Social odor recognition: a novel behavioral model for cognitive dysfunction in Parkinson's disease.

BACKGROUND

Parkinson's disease (PD) is a progressive neurodegenerative condition characterized by an increasing loss of dopaminergic neurons resulting in motor dysfunction. However, cognitive impairments in PD patients are a common clinical feature that has gained increased attention.

OBJECTIVE

The purpose of the current study was to evaluate the effects of an MPTP-induced dopaminergic lesion in mice on social odor recognition (SOR) memory.

METHODS

Mice were acutely treated with MPTP and evaluated for memory impairments in the SOR assay and characterized using biochemical and immunohistochemical methods approximately 2 weeks later.

RESULTS

Here we demonstrate that SOR memory is sensitive to MPTP treatment and that it correlates with multiple measures of nigrostriatal integrity.

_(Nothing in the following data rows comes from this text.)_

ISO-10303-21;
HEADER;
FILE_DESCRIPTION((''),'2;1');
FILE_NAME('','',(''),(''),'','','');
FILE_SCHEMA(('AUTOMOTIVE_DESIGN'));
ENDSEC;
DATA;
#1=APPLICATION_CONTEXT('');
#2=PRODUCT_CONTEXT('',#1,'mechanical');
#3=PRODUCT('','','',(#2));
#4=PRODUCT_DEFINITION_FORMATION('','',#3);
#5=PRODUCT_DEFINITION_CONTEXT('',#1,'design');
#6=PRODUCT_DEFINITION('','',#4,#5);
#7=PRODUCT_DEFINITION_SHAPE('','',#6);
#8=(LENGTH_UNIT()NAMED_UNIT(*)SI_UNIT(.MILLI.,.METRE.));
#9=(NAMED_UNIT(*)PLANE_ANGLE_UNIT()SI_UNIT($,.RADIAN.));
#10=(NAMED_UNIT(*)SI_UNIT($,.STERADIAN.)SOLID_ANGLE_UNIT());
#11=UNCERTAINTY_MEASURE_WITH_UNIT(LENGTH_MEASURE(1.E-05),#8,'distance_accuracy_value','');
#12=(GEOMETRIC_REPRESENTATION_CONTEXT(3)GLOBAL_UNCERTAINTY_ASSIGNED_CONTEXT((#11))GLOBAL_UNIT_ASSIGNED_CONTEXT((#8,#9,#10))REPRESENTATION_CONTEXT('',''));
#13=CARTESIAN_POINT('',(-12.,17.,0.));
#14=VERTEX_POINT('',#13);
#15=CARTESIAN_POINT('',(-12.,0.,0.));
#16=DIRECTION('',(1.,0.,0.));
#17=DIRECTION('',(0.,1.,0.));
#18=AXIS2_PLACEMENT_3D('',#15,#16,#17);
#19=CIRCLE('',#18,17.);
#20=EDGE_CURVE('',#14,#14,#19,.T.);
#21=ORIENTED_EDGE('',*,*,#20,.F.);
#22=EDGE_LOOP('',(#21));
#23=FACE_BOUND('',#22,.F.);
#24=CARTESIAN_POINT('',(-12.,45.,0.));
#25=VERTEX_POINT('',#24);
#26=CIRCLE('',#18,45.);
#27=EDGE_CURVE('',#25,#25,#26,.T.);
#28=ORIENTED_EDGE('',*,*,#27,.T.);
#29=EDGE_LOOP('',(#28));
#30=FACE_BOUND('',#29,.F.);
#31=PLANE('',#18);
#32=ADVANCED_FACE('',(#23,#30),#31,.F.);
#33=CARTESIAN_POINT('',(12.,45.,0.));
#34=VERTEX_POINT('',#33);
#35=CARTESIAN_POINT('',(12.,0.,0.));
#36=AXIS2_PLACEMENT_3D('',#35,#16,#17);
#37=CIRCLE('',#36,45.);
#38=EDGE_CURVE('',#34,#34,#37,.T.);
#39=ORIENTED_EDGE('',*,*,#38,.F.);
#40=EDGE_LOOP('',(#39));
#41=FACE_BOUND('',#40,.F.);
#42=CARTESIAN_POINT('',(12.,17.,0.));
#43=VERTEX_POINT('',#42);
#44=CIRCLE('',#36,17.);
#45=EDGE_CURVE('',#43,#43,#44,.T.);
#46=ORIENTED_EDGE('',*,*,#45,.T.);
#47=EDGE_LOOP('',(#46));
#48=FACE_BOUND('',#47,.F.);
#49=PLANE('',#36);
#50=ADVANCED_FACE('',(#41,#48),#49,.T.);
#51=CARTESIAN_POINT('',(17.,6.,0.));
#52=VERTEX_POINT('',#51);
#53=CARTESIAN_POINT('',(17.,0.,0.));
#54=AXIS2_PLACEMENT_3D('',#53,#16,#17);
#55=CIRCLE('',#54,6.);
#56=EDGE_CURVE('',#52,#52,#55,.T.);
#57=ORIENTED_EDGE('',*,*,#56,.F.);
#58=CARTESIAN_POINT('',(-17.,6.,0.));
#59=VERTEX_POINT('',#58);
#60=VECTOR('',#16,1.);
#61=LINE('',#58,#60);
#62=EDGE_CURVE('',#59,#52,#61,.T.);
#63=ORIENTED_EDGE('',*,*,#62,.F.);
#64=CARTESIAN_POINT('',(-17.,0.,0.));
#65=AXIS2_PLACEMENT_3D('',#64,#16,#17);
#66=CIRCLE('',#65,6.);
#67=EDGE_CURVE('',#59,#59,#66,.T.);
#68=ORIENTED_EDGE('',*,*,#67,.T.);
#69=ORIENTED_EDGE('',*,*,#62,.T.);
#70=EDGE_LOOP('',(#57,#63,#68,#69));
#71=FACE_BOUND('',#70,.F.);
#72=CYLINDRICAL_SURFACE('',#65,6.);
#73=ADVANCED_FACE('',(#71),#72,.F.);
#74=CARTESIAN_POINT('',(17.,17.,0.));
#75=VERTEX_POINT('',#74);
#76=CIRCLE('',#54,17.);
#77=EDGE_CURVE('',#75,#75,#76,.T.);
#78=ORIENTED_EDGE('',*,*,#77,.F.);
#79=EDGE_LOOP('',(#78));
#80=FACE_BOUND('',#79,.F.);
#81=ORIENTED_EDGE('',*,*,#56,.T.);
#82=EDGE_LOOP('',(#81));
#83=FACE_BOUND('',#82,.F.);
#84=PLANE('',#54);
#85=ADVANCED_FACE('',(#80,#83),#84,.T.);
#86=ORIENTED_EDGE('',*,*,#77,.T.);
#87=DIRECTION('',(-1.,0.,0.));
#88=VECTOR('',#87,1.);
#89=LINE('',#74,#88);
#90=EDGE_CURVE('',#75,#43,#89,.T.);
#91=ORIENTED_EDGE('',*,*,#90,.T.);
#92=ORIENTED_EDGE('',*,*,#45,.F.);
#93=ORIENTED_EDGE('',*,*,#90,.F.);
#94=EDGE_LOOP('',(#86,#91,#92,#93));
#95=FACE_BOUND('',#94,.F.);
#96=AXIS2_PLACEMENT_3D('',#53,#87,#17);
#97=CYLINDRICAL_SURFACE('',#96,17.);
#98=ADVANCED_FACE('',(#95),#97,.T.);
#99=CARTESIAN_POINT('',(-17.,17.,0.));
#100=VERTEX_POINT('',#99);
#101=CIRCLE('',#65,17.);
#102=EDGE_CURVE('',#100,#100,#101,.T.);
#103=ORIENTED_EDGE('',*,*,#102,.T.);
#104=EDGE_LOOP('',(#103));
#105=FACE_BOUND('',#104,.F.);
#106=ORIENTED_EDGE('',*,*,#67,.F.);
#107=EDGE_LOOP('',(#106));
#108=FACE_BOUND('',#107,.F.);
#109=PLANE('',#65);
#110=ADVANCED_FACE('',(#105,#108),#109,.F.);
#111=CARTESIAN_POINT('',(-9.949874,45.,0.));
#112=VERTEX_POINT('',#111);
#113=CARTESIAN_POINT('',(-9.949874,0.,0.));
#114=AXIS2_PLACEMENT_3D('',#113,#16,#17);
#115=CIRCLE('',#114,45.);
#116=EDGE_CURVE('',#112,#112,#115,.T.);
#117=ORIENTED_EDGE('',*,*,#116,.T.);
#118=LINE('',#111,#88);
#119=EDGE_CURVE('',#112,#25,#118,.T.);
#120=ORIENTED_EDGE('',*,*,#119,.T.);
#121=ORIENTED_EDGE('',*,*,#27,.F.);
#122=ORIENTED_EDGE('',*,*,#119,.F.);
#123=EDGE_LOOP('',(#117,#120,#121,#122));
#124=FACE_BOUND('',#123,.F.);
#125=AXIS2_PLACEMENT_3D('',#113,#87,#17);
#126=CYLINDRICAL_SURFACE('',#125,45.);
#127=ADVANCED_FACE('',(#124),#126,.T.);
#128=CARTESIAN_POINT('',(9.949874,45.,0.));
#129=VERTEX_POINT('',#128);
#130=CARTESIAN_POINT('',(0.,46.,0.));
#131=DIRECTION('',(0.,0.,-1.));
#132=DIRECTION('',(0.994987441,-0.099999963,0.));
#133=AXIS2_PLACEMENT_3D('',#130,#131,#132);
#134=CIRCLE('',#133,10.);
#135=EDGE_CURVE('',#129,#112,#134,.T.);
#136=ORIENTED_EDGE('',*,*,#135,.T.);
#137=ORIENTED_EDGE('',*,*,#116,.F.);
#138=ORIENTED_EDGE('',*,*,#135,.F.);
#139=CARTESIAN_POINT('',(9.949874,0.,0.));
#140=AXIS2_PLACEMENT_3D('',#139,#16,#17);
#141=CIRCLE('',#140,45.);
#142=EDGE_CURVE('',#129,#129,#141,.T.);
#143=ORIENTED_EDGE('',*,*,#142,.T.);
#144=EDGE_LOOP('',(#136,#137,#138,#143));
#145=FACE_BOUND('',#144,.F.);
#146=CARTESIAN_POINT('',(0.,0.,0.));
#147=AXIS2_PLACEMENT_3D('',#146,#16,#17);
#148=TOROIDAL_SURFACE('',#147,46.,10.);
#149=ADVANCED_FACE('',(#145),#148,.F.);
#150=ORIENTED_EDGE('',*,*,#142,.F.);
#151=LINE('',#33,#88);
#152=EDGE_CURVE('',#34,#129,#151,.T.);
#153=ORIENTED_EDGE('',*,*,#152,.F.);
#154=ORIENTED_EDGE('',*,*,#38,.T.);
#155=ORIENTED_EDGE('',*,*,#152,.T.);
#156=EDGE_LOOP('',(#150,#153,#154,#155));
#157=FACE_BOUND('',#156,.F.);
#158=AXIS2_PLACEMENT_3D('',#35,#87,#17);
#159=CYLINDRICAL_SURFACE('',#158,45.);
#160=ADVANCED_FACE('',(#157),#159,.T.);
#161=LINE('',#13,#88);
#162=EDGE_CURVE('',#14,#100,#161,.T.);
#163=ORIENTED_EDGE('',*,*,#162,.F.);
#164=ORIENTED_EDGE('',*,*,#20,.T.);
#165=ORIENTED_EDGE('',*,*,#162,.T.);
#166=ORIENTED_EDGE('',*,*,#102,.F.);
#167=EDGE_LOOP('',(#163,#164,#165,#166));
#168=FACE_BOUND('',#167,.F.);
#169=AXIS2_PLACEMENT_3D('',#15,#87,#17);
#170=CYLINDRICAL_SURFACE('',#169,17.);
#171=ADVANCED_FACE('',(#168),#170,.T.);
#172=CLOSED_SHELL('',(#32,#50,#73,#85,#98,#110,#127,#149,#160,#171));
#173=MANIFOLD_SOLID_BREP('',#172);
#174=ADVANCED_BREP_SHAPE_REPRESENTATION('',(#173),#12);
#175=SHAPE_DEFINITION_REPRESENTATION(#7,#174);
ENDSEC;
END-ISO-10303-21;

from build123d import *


with BuildPart() as f1:
    # F0 (on Top) → F1 (revolve)
    with BuildSketch(Plane.XY):
        with BuildLine():
            Line((-17, 17), (-17, 6))
            Line((-17, 6), (0, 6))
            Line((0, 6), (17, 6))
            Line((17, 6), (17, 17))
            Line((17, 17), (12, 17))
            Line((12, 17), (12, 45))
            Line((12, 45), (9.949874, 45))
            ThreePointArc((9.949874, 45), (0, 36), (-9.949874, 45))
            Line((-9.949874, 45), (-12, 45))
            Line((-12, 45), (-12, 17))
            Line((-12, 17), (-17, 17))
        make_face()
    revolve(axis=Axis((3.716217, 0, 0), (1, 0, 0)))


solid = f1.part
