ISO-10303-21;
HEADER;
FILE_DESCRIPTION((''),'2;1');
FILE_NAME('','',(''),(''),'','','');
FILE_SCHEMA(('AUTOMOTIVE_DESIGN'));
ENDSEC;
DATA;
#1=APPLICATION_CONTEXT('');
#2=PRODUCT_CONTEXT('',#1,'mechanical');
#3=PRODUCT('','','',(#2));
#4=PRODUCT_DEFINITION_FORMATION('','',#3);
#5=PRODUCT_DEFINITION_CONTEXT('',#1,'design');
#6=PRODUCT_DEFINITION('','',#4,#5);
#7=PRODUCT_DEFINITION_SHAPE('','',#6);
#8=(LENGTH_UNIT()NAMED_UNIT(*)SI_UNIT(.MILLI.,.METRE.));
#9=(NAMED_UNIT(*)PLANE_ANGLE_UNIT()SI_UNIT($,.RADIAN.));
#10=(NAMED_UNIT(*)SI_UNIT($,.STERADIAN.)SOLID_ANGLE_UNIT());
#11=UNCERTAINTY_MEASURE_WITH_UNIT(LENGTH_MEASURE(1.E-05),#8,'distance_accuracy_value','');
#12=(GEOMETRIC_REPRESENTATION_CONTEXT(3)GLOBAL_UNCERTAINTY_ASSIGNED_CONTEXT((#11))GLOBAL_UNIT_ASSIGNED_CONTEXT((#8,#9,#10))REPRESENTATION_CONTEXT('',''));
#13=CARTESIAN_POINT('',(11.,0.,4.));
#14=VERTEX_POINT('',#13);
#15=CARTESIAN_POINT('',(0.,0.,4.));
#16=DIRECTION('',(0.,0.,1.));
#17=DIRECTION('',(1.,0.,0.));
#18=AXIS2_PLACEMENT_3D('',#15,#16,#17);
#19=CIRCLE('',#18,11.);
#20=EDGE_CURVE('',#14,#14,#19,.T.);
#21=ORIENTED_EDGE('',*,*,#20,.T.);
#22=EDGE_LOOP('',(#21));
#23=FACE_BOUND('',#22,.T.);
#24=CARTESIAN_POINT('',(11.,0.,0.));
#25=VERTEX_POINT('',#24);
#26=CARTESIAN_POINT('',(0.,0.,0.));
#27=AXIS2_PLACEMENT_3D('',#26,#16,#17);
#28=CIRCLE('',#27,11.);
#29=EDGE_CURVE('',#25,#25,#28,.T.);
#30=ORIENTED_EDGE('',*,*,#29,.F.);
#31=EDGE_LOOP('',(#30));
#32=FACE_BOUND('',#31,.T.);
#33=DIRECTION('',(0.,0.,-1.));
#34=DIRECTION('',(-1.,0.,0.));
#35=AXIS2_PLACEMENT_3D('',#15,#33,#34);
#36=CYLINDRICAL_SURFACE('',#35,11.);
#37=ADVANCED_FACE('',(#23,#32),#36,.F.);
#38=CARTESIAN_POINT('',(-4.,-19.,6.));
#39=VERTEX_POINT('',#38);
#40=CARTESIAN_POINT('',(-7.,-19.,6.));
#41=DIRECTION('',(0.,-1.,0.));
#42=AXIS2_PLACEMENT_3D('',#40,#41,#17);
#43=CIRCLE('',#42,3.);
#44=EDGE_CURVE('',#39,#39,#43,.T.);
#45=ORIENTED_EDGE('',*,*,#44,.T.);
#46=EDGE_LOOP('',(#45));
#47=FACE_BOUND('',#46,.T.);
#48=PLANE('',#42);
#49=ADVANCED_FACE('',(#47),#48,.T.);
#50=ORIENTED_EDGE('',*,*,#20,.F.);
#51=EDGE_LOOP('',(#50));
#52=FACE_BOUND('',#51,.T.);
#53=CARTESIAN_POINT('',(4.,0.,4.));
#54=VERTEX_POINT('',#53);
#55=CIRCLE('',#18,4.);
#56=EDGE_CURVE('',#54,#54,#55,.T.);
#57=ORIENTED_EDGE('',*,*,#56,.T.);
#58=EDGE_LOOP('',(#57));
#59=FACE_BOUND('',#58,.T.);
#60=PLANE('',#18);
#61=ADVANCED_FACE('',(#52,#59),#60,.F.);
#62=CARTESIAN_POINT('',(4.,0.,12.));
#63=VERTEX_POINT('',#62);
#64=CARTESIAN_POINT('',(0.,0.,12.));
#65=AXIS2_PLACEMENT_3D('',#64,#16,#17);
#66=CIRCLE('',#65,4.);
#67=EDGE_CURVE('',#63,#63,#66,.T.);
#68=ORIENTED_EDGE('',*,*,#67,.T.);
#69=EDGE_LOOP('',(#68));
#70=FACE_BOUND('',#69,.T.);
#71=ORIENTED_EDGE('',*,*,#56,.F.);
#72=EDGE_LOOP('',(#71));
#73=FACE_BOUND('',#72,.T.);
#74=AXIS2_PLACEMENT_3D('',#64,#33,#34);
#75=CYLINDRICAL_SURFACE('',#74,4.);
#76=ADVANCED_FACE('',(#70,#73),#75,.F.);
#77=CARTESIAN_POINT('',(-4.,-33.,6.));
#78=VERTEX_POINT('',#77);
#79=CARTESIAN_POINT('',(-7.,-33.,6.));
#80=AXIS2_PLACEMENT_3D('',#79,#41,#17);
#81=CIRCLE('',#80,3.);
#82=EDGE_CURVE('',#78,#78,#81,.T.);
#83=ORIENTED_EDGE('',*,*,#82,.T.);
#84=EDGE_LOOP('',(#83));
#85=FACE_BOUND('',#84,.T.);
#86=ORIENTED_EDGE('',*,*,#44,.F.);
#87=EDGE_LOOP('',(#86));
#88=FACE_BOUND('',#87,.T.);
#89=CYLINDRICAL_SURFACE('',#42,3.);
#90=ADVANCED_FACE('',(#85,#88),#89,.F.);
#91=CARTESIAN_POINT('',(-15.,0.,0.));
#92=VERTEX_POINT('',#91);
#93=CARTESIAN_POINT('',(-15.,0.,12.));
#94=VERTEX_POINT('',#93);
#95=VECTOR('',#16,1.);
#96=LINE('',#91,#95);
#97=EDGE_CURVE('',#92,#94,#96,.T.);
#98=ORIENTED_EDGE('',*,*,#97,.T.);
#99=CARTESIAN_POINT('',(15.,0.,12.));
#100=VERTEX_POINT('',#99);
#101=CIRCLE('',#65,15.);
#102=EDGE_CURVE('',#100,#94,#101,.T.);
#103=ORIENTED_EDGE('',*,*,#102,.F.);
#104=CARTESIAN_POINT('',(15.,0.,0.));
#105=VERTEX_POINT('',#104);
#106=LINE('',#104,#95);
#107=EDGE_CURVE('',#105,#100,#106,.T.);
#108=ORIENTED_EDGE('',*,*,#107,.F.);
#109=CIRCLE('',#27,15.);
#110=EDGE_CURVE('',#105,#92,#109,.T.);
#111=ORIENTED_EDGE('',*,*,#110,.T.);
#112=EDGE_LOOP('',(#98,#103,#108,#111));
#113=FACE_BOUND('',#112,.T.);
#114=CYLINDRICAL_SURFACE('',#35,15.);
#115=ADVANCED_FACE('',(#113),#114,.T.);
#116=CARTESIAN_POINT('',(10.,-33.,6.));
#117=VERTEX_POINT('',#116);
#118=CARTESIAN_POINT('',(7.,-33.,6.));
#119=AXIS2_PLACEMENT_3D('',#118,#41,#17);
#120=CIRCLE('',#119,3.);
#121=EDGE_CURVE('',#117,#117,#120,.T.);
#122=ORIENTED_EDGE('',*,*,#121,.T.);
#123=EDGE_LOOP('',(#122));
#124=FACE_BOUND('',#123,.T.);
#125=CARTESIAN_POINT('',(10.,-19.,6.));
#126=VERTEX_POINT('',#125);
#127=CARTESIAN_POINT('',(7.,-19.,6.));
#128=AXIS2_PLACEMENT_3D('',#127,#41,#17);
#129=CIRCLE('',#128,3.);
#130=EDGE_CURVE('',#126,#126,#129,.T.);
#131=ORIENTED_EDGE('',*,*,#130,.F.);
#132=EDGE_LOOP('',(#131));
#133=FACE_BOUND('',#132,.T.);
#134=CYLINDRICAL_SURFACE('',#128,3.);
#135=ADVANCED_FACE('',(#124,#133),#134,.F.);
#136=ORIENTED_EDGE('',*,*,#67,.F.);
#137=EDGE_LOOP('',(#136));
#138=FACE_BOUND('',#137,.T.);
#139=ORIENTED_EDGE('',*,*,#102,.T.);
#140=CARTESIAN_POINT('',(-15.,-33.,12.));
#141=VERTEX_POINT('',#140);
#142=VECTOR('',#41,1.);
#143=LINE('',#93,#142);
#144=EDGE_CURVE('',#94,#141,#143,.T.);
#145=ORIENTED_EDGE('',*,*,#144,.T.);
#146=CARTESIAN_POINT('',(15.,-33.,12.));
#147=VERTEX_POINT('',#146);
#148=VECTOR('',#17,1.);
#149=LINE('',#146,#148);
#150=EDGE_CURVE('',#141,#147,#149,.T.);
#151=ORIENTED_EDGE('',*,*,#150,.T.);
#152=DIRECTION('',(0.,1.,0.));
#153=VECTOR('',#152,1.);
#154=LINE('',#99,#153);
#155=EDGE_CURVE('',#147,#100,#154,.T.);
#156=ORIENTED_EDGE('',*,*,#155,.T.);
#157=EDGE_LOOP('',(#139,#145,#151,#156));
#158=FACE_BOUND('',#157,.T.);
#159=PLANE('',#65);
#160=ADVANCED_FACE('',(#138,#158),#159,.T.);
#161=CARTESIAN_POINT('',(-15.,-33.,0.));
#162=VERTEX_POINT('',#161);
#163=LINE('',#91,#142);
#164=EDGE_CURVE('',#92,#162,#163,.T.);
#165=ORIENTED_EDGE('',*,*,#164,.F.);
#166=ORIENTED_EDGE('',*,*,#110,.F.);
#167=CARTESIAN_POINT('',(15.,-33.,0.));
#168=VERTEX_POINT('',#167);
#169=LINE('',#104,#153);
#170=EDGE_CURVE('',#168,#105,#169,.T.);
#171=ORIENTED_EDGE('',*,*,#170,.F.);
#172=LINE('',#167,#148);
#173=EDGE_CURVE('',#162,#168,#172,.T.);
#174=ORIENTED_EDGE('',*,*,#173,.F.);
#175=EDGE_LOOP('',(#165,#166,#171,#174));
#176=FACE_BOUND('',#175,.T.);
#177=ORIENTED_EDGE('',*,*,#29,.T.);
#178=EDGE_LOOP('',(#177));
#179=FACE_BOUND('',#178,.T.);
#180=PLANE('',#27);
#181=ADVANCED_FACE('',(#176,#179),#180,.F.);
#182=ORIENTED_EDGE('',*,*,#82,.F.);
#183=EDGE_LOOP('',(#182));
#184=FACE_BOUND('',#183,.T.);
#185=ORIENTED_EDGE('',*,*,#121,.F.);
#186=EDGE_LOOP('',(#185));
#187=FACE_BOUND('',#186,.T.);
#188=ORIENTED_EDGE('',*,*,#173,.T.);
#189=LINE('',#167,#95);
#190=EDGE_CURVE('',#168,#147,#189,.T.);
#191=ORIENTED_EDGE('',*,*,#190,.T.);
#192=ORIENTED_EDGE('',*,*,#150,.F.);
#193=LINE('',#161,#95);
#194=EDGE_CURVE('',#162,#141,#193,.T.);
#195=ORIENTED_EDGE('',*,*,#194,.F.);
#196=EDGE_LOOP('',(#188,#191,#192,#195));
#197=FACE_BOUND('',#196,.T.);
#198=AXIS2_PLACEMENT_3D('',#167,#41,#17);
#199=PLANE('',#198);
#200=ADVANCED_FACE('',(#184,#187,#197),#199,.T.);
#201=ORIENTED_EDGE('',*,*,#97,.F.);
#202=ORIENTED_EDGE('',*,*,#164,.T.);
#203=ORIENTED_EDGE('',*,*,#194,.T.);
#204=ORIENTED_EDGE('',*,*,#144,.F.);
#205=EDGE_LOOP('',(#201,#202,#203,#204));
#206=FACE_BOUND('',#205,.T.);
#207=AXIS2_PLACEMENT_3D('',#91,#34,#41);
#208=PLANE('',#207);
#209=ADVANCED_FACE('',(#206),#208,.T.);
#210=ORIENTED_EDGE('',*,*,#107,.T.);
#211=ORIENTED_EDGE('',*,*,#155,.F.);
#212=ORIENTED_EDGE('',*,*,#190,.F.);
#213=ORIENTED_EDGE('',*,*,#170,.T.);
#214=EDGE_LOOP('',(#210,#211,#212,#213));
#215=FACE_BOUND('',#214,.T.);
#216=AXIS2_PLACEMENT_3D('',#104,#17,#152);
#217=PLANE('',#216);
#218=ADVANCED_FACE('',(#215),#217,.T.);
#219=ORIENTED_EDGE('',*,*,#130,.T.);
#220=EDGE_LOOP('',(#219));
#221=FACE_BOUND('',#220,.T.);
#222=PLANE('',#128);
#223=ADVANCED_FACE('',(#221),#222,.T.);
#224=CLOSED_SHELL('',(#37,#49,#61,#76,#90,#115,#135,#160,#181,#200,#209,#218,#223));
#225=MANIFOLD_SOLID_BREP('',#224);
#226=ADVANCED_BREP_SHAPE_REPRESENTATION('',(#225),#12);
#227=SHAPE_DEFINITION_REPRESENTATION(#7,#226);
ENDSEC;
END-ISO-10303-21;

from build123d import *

# Parameters (mm, degrees)
SKETCH2_R           = 15
SKETCH2_R_2         = 11
BOSS_EXTRUDE1_DEPTH = 4
SKETCH3_R           = 15
SKETCH3_R_2         = 4
BOSS_EXTRUDE2_DEPTH = 8
BOSS_EXTRUDE5_DEPTH = 12
SKETCH7_R           = 3
CUT_EXTRUDE1_DEPTH  = 14


with BuildPart() as part:
    # Sketch2 → Boss-Extrude1 (new body)
    with BuildSketch(Plane.XY):
        Circle(SKETCH2_R)
        Circle(SKETCH2_R_2, mode=Mode.SUBTRACT)
    extrude(amount=BOSS_EXTRUDE1_DEPTH)

    # Sketch3 → Boss-Extrude2 (add)
    with BuildSketch(Plane.XY.offset(4)):
        Circle(SKETCH3_R)
        Circle(SKETCH3_R_2, mode=Mode.SUBTRACT)
    extrude(amount=BOSS_EXTRUDE2_DEPTH)

    # Sketch6 → Boss-Extrude5 (add)
    with BuildSketch(Plane.XY.offset(12)):
        with BuildLine():
            Line((-15, 0), (-15, -33))
            Line((-15, -33), (15, -33))
            Line((15, -33), (15, 0))
            ThreePointArc((15, 0), (0, -15), (-15, 0))
        make_face()
    extrude(amount=-BOSS_EXTRUDE5_DEPTH)

    # Sketch7 → Cut-Extrude1 (cut)
    with BuildSketch(Plane.XZ.offset(33)):
        with Locations((7, 6)):
            Circle(SKETCH7_R)
        with Locations((-7, 6)):
            Circle(SKETCH7_R)
    extrude(amount=-CUT_EXTRUDE1_DEPTH, mode=Mode.SUBTRACT)


solid = part.part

MPTP treatment of C57BL/6N mice produced a profound decrease in dopamine levels, dopamine transporter binding and tyrosine hydroxylase immunoreactivity in the striatum. These impairments in stratial dopaminergic function were blocked by pretreatment with the MAO-B inhibitor deprenyl. Changes in the dopaminergic system parallel those observed in SOR with MPTP treatment impairing recognition memory in the absence of a deficit in odor discrimination during learning. Deprenyl pretreatment blocked the MPTP-induced impairment of SOR memory.

CONCLUSION

The use of the SOR memory model may provide a preclinical method for evaluating cognitive therapies for PD.